Home > BLOG 4, Crisis Communication > Blog 4: Social Media and Disaster Communication

Blog 4: Social Media and Disaster Communication

Social media has become one of the greatest tools in today’s world.  Almost everyone has some type of social media network that they are a part of.  Thus, social media has become an essential part of disaster communication.  Social media such as Facebook and Twitter have been extremely useful both before, during, and after all types of disasters.  It is a way to get information out quickly and efficiently.  Since, Facebook and Twitter are user friendly, anyone can get the information that they need to know as well as post their own information they may find important before, during,or after a crisis.
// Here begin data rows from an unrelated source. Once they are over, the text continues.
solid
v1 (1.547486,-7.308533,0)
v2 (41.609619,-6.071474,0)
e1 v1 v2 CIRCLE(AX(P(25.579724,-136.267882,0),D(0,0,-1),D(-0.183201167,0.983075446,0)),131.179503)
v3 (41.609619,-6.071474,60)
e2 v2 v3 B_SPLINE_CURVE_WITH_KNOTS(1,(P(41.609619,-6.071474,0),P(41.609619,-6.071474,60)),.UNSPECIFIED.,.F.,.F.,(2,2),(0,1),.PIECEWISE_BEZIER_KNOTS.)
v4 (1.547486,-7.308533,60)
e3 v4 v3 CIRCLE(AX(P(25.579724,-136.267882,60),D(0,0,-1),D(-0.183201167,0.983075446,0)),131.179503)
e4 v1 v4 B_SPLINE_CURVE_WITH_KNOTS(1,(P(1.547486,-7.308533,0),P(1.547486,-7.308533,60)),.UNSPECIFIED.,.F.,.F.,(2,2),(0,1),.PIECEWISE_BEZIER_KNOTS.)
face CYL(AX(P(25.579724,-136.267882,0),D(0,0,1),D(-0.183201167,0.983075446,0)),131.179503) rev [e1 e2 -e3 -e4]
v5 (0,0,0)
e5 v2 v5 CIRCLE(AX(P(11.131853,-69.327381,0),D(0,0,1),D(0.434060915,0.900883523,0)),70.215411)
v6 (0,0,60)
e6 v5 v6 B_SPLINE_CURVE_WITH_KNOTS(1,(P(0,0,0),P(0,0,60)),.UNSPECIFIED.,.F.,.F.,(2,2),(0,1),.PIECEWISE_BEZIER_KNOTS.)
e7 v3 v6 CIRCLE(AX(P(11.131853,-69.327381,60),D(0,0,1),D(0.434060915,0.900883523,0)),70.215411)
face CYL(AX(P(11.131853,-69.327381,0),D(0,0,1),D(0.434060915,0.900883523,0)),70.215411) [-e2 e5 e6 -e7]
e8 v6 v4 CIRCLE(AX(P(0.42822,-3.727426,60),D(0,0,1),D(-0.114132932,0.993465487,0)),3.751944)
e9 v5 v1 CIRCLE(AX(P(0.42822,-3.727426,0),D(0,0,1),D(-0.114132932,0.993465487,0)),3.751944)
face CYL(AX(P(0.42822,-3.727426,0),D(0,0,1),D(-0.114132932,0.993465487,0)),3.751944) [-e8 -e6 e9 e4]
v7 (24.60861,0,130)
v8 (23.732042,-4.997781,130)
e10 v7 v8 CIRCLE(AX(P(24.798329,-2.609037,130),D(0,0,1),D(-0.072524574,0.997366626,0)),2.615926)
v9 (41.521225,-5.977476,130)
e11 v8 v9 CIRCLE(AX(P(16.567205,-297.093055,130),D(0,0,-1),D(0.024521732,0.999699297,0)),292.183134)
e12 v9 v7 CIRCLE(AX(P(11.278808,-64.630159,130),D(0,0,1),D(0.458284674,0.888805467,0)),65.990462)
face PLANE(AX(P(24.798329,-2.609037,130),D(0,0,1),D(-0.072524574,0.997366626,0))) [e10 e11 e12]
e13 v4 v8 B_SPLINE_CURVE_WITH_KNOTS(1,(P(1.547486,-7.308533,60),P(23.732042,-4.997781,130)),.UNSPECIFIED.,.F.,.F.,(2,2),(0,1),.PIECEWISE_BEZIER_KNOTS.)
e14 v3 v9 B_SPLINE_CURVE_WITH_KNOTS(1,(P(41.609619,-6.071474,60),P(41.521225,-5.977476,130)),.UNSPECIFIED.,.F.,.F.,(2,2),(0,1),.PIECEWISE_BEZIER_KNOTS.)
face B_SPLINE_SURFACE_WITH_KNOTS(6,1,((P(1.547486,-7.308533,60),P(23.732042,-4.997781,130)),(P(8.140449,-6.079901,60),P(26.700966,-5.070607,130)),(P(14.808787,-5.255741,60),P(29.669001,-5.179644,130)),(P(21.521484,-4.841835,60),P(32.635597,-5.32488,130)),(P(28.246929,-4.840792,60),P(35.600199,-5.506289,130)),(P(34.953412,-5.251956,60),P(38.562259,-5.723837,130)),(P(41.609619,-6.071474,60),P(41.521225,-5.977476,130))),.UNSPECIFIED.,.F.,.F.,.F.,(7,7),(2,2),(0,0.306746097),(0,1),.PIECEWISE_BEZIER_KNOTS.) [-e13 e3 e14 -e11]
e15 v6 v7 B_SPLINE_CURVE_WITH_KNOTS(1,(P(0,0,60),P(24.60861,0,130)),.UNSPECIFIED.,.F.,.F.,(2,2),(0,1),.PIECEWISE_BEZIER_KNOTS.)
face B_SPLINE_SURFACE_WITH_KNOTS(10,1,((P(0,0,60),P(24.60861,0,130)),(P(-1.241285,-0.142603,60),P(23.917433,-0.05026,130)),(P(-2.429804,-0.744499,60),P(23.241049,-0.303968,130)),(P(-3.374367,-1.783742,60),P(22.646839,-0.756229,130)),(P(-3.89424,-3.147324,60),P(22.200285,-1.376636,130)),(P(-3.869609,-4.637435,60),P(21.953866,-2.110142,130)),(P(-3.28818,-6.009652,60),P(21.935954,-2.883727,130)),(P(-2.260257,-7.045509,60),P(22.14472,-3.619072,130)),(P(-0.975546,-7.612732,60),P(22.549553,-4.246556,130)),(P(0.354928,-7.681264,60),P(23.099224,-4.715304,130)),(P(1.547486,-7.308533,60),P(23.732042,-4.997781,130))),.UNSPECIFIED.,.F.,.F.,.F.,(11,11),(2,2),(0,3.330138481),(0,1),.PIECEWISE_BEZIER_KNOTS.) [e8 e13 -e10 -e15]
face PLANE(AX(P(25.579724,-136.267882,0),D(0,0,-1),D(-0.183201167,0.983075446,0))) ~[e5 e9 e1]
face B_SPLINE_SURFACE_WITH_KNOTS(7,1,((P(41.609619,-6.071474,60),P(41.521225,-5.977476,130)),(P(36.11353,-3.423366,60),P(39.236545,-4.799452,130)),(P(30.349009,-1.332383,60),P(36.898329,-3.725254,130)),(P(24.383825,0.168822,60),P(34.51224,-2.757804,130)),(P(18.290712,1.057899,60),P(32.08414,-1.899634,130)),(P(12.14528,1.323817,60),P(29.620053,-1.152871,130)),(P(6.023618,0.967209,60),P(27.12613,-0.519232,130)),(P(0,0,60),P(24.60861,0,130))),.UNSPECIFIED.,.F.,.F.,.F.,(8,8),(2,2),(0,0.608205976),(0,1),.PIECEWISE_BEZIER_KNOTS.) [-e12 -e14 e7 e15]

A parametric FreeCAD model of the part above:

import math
import FreeCAD as App
import Part
import Sketcher
from FreeCAD import Vector

doc = App.newDocument("Part")
body = doc.addObject("PartDesign::Body", "Body")

sketch1 = body.newObject("Sketcher::SketchObject", "Sketch")
sketch1.AttachmentSupport = (doc.getObject("XY_Plane"), [""])
sketch1.MapMode = "FlatFace"
sketch1.addGeometry([
    Part.ArcOfCircle(Part.Circle(Vector(25.6, -136.3, 0), Vector(0, 0, 1), 131.2), math.radians(82.98), math.radians(100.56)),
    Part.ArcOfCircle(Part.Circle(Vector(11.1, -69.3, 0), Vector(0, 0, 1), 70.2), math.radians(64), math.radians(99)),
    Part.ArcOfCircle(Part.Circle(Vector(0.4, -3.7, 0), Vector(0, 0, 1), 3.8), math.radians(97), math.radians(287)),
], False)
sketch1.addConstraint([
    Sketcher.Constraint("Coincident", 0, 1, 1, 1),
    Sketcher.Constraint("Coincident", 1, 2, 2, 1),
    Sketcher.Constraint("Coincident", 2, 2, 0, 2),
    Sketcher.Constraint("Coincident", 1, 2, -1, 1),
    Sketcher.Constraint("Radius", 1, 70.215411),
    Sketcher.Constraint("Radius", 0, 131.179503),
    Sketcher.Constraint("Radius", 2, 3.751944),
    Sketcher.Constraint("DistanceY", 0, 3, 1, 3, 66.940501),
    Sketcher.Constraint("DistanceX", 2, 3, 0, 1, 41.181399),
    Sketcher.Constraint("DistanceY", 1, 3, -1, 1, 69.327381),
    Sketcher.Constraint("DistanceX", -1, 1, 2, 3, 0.42822),
])

sketch2 = body.newObject("Sketcher::SketchObject", "Sketch001")
sketch2.AttachmentSupport = (doc.getObject("XY_Plane"), [""])
sketch2.MapMode = "FlatFace"
sketch2.AttachmentOffset = App.Placement(Vector(0, 0, 60), App.Rotation())
sketch2.addGeometry([
    Part.ArcOfCircle(Part.Circle(Vector(11.1, -69.3, 0), Vector(0, 0, 1), 70.2), math.radians(64), math.radians(99)),
    Part.ArcOfCircle(Part.Circle(Vector(0.4, -3.7, 0), Vector(0, 0, 1), 3.8), math.radians(97), math.radians(287)),
    Part.ArcOfCircle(Part.Circle(Vector(25.6, -136.3, 0), Vector(0, 0, 1), 131.2), math.radians(82.98), math.radians(100.56)),
], False)
sketch2.addConstraint([
    Sketcher.Constraint("Coincident", 0, 2, 1, 1),
    Sketcher.Constraint("Coincident", 1, 2, 2, 2),
    Sketcher.Constraint("Coincident", 2, 1, 0, 1),
    Sketcher.Constraint("Coincident", 0, 2, -1, 1),
    Sketcher.Constraint("Radius", 0, 70.215411),
    Sketcher.Constraint("Radius", 1, 3.751944),
    Sketcher.Constraint("Radius", 2, 131.179503),
    Sketcher.Constraint("DistanceY", 2, 3, 0, 3, 66.940501),
    Sketcher.Constraint("DistanceX", 1, 3, 2, 1, 41.181399),
    Sketcher.Constraint("DistanceY", 0, 3, -1, 1, 69.327381),
    Sketcher.Constraint("DistanceX", -1, 1, 1, 3, 0.42822),
])

additiveloft = body.newObject("PartDesign::AdditiveLoft", "AdditiveLoft")
additiveloft.Profile = sketch1
additiveloft.Sections = [sketch2]

sketch3 = body.newObject("Sketcher::SketchObject", "Sketch002")
sketch3.AttachmentSupport = (doc.getObject("XY_Plane"), [""])
sketch3.MapMode = "FlatFace"
sketch3.AttachmentOffset = App.Placement(Vector(0, 0, 60), App.Rotation())
sketch3.addGeometry([
    Part.ArcOfCircle(Part.Circle(Vector(0.4, -3.7, 0), Vector(0, 0, 1), 3.8), math.radians(97), math.radians(287)),
    Part.ArcOfCircle(Part.Circle(Vector(25.6, -136.3, 0), Vector(0, 0, 1), 131.2), math.radians(82.98), math.radians(100.56)),
    Part.ArcOfCircle(Part.Circle(Vector(11.1, -69.3, 0), Vector(0, 0, 1), 70.2), math.radians(64), math.radians(99)),
], False)
sketch3.addConstraint([
    Sketcher.Constraint("Coincident", 0, 2, 1, 2),
    Sketcher.Constraint("Coincident", 1, 1, 2, 1),
    Sketcher.Constraint("Coincident", 2, 2, 0, 1),
    Sketcher.Constraint("Coincident", 2, 2, -1, 1),
    Sketcher.Constraint("Radius", 2, 70.215411),
    Sketcher.Constraint("Radius", 0, 3.751944),
    Sketcher.Constraint("Radius", 1, 131.179503),
    Sketcher.Constraint("DistanceY", 1, 3, 2, 3, 66.940501),
    Sketcher.Constraint("DistanceX", 0, 3, 1, 1, 41.181399),
    Sketcher.Constraint("DistanceX", -1, 1, 0, 3, 0.42822),
    Sketcher.Constraint("DistanceY", 2, 3, -1, 1, 69.327381),
])

sketch4 = body.newObject("Sketcher::SketchObject", "Sketch003")
sketch4.AttachmentSupport = (doc.getObject("XY_Plane"), [""])
sketch4.MapMode = "FlatFace"
sketch4.AttachmentOffset = App.Placement(Vector(0, 0, 130), App.Rotation())
sketch4.addGeometry([
    Part.ArcOfCircle(Part.Circle(Vector(16.6, -297.1, 0), Vector(0, 0, 1), 292.2), math.radians(85.1), math.radians(88.59)),
    Part.ArcOfCircle(Part.Circle(Vector(11.3, -64.6, 0), Vector(0, 0, 1), 66), math.radians(62.72), math.radians(78.35)),
    Part.ArcOfCircle(Part.Circle(Vector(24.8, -2.6, 0), Vector(0, 0, 1), 2.6), math.radians(94), math.radians(246)),
], False)
sketch4.addConstraint([
    Sketcher.Constraint("Coincident", 0, 1, 1, 1),
    Sketcher.Constraint("Coincident", 1, 2, 2, 1),
    Sketcher.Constraint("Coincident", 2, 2, 0, 2),
    Sketcher.Constraint("PointOnObject", 1, 2, -1),
    Sketcher.Constraint("Radius", 0, 292.183134),
    Sketcher.Constraint("Radius", 1, 65.990462),
    Sketcher.Constraint("Radius", 2, 2.615926),
    Sketcher.Constraint("DistanceY", 1, 3, -1, 1, 64.630159),
    Sketcher.Constraint("DistanceX", -1, 1, 2, 3, 24.798329),
    Sketcher.Constraint("DistanceX", -1, 1, 1, 2, 24.60861),
    Sketcher.Constraint("DistanceX", -1, 1, 2, 2, 23.732042),
    Sketcher.Constraint("DistanceY", 0, 1, 2, 3, 3.368438),
])

additiveloft2 = body.newObject("PartDesign::AdditiveLoft", "AdditiveLoft001")
additiveloft2.Profile = sketch3
additiveloft2.Sections = [sketch4]

doc.recompute()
According to an article written in The Telegraph, ”By sharing images, texting and tweeting, the public is already becoming part of a large response network, rather than remaining mere bystanders or casualties,” said the US team led by Dr Raina Merchant, an emergency medicine expert from the University of Pennsylvania.  Part of being a part of the response network, is that people have more control over what they know and information that they need to get out to others.

An example of the primary use of social media network, was in March 2011, right after the earthquake and tsunami hit Japan.  The primary source of communication was Facebook and Twitter. According to an article written by Jewel Samad in Time Magazine, “to send warnings, ask for help and relay bits of information from the scene as well as to announce that they were safe. According to Mashable, only an hour after the earthquake, more than 1,200 tweets per minute were being sent from Tokyo.” Hashtags like #prayforjapan, #earthquake and #tsunami trended almost instantly, and were being tweeted thousands of times per second by people all over the globe, according to Poynter. And not surprisingly, Twitter reported both a record number of tweets the day of the quake (177 million) and accounts added one day after (572,000, as opposed to the daily average of 460,000).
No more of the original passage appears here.